Millions of older people are also out of work and thus left behind by the main thrust of Gordon Brown's social policy.

Most of these do not feature in the unemployment figures because they are on Incapacity Benefit or similar benefits.

There are, of course, some people whose disabilities or illnesses prevent them from working, but there is very real issue with the increasing numbers of people on Incapacity Benefit.

From the mid-nineties to 2000, their numbers fell somewhat. But the trend has since moved back up again - reversing the gains made since 1997.

This Government has talked about the need to get people who can work off Incapacity Benefit.

But because the Government has introduced means-testing of Incapacity Benefit, people already on the benefit are reluctant to risk an unsuccessful foray into the world of work, for fear of having to reapply under the new rules.

As a result, the average duration of dependency on Incapacity Benefit is lengthening.

The sheer persistence of this form of dependency is a much tougher nut to crack than official unemployment, and thus a major obstacle for the Chancellor's social policy, all the more so, because official unemployment is often the lesser cause of worklessness in the poorest communities.

For instance, the University of Glasgow found that while 18,000 people in that city were officially unemployed, 110,000 lived on benefits - of whom two-thirds were claiming incapacity and disability benefits.

But the issue of work isn't the only problem.

There's also the issue of debt.

Insufficiency of gross income isn't always the primary cause of poverty. For many households, the real issue is debt - a factor that Mr Brown's income adjustment strategy does not take into account.

Thus, even where in-work benefits do push household income over the poverty line, debt repayments drag it back down again.

This is a big problem and it's growing all the time.

Citizens Advice Bureaux report an increasing number of crisis debt inquiries.

Personal bankruptcies are at record levels.

Credit card write-offs are at an all-time high.

Mr Brown's boost to family incomes may relieve the pressure, but one should also be aware that household debt tends to rise with household income.

The fact that people on the lowest incomes have the most trouble with debt is not because they borrow more, but because they borrow on less favourable terms.

And the reason why the poor rely on expensive unsecured debt is because they don't have the assets to borrow against or to convert into cash at times of need.

This makes it all the more regrettable that, despite the huge publicity given to small-scale schemes such as the "baby bonds", the Chancellor's social policy in truth does little to encourage those in poverty to build up assets. Indeed, his extension of means-testing provides a savage discouragement to saving.

So we have the Chancellor's three nations:

- those who work to earn a living;

- those for whom means-tested benefits have become a disincentive to self-advancement;

- and those who are left behind: the non-claimants, the chaotic, the unemployed, those who are living on out of work benefits, and those who are in debt.
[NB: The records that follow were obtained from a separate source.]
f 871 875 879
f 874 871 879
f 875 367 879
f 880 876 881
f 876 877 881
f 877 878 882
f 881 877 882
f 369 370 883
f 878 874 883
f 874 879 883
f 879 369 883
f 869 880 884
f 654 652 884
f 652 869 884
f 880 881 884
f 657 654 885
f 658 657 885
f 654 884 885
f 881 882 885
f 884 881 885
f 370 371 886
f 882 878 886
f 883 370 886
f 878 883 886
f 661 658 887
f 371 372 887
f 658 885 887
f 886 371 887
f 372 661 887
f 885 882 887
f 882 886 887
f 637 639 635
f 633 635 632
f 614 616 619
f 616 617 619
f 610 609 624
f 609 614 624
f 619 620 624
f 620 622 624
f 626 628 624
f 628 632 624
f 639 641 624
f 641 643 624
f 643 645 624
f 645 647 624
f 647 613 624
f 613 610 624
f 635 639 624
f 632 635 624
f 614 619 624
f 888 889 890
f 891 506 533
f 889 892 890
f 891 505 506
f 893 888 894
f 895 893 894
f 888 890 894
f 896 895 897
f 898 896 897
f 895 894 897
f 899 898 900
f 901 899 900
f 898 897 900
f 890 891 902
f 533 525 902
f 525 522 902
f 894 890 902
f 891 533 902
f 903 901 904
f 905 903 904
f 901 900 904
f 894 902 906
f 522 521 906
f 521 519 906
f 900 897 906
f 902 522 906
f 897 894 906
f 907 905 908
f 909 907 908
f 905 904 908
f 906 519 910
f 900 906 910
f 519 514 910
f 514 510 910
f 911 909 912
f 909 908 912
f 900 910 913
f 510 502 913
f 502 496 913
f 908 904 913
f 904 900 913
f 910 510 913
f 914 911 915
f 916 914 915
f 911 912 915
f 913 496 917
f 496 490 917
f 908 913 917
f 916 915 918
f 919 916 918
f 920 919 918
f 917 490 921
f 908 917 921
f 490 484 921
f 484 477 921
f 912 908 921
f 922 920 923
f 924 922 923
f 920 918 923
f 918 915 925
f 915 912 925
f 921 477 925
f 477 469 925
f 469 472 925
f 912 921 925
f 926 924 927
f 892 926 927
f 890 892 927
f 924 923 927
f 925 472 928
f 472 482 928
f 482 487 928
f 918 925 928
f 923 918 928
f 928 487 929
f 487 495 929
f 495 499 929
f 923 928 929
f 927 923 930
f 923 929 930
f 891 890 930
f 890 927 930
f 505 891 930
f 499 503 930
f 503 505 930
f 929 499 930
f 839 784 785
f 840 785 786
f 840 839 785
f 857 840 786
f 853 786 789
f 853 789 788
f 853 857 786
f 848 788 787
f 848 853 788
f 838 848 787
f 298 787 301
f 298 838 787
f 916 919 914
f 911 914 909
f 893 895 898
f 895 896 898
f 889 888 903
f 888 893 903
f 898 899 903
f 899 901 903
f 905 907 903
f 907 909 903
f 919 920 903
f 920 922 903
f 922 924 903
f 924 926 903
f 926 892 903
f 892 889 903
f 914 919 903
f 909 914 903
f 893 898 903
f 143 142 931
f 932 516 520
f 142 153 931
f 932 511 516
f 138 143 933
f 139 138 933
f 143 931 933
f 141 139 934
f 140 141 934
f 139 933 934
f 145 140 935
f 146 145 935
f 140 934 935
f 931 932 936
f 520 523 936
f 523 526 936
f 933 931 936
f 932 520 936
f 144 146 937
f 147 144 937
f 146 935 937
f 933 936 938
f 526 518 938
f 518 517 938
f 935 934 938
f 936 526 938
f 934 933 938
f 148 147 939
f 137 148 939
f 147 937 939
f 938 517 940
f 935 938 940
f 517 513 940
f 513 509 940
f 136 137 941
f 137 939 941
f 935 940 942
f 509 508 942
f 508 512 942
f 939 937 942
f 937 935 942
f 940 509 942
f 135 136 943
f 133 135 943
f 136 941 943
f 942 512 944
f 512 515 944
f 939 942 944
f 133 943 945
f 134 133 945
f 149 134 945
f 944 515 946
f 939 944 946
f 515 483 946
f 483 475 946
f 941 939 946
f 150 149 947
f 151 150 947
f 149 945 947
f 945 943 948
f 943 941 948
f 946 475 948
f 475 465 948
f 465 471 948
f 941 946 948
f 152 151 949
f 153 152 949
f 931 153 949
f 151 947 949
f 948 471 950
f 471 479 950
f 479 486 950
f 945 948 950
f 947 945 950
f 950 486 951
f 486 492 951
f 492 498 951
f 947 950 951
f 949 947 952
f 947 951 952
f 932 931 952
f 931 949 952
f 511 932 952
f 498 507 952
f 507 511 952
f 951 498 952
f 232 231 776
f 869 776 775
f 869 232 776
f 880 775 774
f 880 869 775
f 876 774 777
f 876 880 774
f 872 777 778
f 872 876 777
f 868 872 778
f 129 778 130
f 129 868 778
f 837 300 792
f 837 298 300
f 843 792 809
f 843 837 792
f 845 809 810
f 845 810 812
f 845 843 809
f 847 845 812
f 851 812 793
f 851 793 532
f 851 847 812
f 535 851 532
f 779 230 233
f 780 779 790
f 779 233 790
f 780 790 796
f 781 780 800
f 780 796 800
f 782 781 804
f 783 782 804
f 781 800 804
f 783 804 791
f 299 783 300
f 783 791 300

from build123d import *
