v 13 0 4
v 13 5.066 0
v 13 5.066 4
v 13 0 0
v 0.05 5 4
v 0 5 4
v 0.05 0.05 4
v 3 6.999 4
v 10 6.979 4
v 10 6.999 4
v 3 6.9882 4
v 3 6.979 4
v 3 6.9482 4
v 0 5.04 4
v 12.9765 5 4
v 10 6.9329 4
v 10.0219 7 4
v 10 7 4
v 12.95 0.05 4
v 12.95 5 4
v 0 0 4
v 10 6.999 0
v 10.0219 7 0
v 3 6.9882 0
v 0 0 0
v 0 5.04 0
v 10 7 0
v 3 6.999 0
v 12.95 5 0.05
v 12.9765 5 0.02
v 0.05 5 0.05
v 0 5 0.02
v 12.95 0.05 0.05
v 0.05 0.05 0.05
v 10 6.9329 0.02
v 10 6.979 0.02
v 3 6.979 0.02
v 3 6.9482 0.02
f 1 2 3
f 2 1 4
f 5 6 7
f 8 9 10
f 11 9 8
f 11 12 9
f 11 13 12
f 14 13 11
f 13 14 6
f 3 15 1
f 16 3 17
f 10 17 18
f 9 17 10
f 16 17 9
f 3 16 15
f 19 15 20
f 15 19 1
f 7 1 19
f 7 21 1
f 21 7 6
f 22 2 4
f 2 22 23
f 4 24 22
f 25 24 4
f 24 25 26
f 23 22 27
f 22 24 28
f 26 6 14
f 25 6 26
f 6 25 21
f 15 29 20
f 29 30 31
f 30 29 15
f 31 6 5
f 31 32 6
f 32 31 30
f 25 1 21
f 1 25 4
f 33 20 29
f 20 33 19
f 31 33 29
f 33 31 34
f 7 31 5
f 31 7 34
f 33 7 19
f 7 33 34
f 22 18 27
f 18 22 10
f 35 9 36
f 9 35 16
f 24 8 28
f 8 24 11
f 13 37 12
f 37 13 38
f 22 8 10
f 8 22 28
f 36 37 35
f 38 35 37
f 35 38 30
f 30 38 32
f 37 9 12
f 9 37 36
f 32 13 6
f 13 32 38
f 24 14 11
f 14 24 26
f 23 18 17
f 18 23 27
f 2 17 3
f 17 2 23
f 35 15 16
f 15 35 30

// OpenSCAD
//creating cubes for the first assignent

//Question-1

//cube([2.5, 2, 2]);
//translate([2, -2, 0]){
  //  cube([3.5, 6, 2]);
    //translate([3, -2, 0]){
      //  cube([2, 10, 2]);
    //}   
//}




//Question -2
//color("#54F1A6"){
//cube([2, 2, 4]);
//translate([2, 0, 0]){
  //  cube([4, 4, 4]);
    //translate([4, 0, 0]){
      // cube([2, 8, 4]); 
       //translate([2, 0, 0]){
         //  cube([2, 10, 4]);  
        //} 
    //}
    
//}
//}






// Question -3 
//module first_part(){
//difference(){
//color("#45B680", 1){
  //  difference(){
    //    cube([3, 5, 2]);
      //  translate([0.02, 0.02, 0.02]){
        //    cube([2.9, 5, 2]);
    //}  
  //}
//}
//translate([0.2, 0.2, 0.2]){
//cube([2.6, 6, 2]);
//}
//}
//}
//module part_two() {
//color("#45B680"){
  //  difference(){
    //difference(){
    //difference(){
     //   cube([9, 3, 2]);
       // translate([0.05, 0.05, 0.05]){
         //   cube([8.9, 2.9, 2]);
        //}
    //}
    //translate([3, -1, 0.05]){
    //cube([2.9, 2, 2]);
    //}
//}
//translate([1.5, 2.5, 0.05]){
//cube([6, 1, 2]);
//}
//}
//}
//}

//module third_part(){
//color("#45B680"){
  //  difference(){
    //cube([6, 2, 2]);
      //  translate([0.05, -0.05, 0.05]){
        //    cube([5.9, 2, 2]);
        //}
    //}    
//}
//}


//first_part();
//translate([-3, 5, 0]){
//part_two();
//}
//translate([-1.5, 8, 0]){
//third_part();
//}











//Question - 4
//color("#59EFD9", 1){
    //cube([2, 4, 3]);
    //translate([2, -2,0]){
        //cube([4, 8, 3]);
        //translate([4, -4, 0]){
            //cube([2, 16, 3]);
            //translate([2, -2, 0]){
                //cube([4, 20, 3]);
                //translate([4, 2, 0]){
                    //cube([2, 16, 3]);
                //}
            //}
        //}
    //}
//}







//Question - 5
//module upper_part(){
//color("#42CFB6"){
  //  rotate([0, 45, 0]){
    //cube([14.142, 3, 14.142]);
//}
//}
//}

//translate([0, 0, 10]){
//upper_part();
//}
//color("#42CFB6"){
//cube([20, 3, 10]);
//}













// Question -6
module tri2(){
difference(){
difference(){
cube([3, 2, 4]);
translate([2, 0,-0.5]){
rotate([0, 0, 57]){
    translate([0.6, -2, 0]){
cube([5, 6, 5]);
    }
}
}
}
translate([3, -2.4, 0.02]){
rotate([0, 0, 57]){
cube([2, 6, 5]);
}
}
}
}

module tri(){
difference(){
difference(){
cube([3, 2, 4]);
    translate([0, 0, 0.02]){
    rotate([0, 0, -57]){
        cube([5, 5, 5]);
    }
}
}
translate([0, 0.04, -0.5]){
rotate([0, 0, 33]){
        cube([5, 5, 5]);
    }
}
}
}

color("#25A5D4"){
difference(){
cube([13, 5, 4]);
translate([0.05, 0.05, 0.05]){
    cube([12.9, 5, 4]);
}
}

translate([3, 4.999, 0]){
difference(){
cube([7, 2, 4]);
translate([-1, -0.02, 0.02]){
    cube([9, 2, 4]);
}
}
}

translate([0, 5, 0]){
tri();
}
translate([10, 5, 0]){
tri2();
}
}





//Question - 7color("#42CFB6"){
//        translate([-3.5, 3, 0]){
  //          cylinder(r=3.5, h=2, $fn=8);
//}
  //      translate([-5.9, 2, 0]){
    //        cylinder(r=3.5, h=2, $fn=8);
//}
//}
I do not believe that the Chancellor intended to foster the existence of three nations.

I think the Chancellor shares my desire to foster the existence of one nation.

But, as in the Government's handling of the public services, so in tackling poverty, the expansion of the intruder state has not produced the results for which New Labour sincerely hoped.

What must we do to improve matters?

That is the issue to which we must now, as a nation, turn our attention. If the analysis shows that the proliferation of means-tested benefits is fostering the existence of three nations, then - in pursuit of our ambition to foster one nation - we must examine the scope for welfare reform.

Reform, that is, which aims at welfare. Reform that aims at enabling many more of our citizens to work to earn a living. Reform that aims to reduce the number for whom benefits have become an impediment to self-advancement. Reform that aims to reduce the number who are left behind, out of work or in debt.

Reform that aims, in short, to make people bigger and the role of the state smaller.

The design of such reform is now firmly on my own Party's agenda."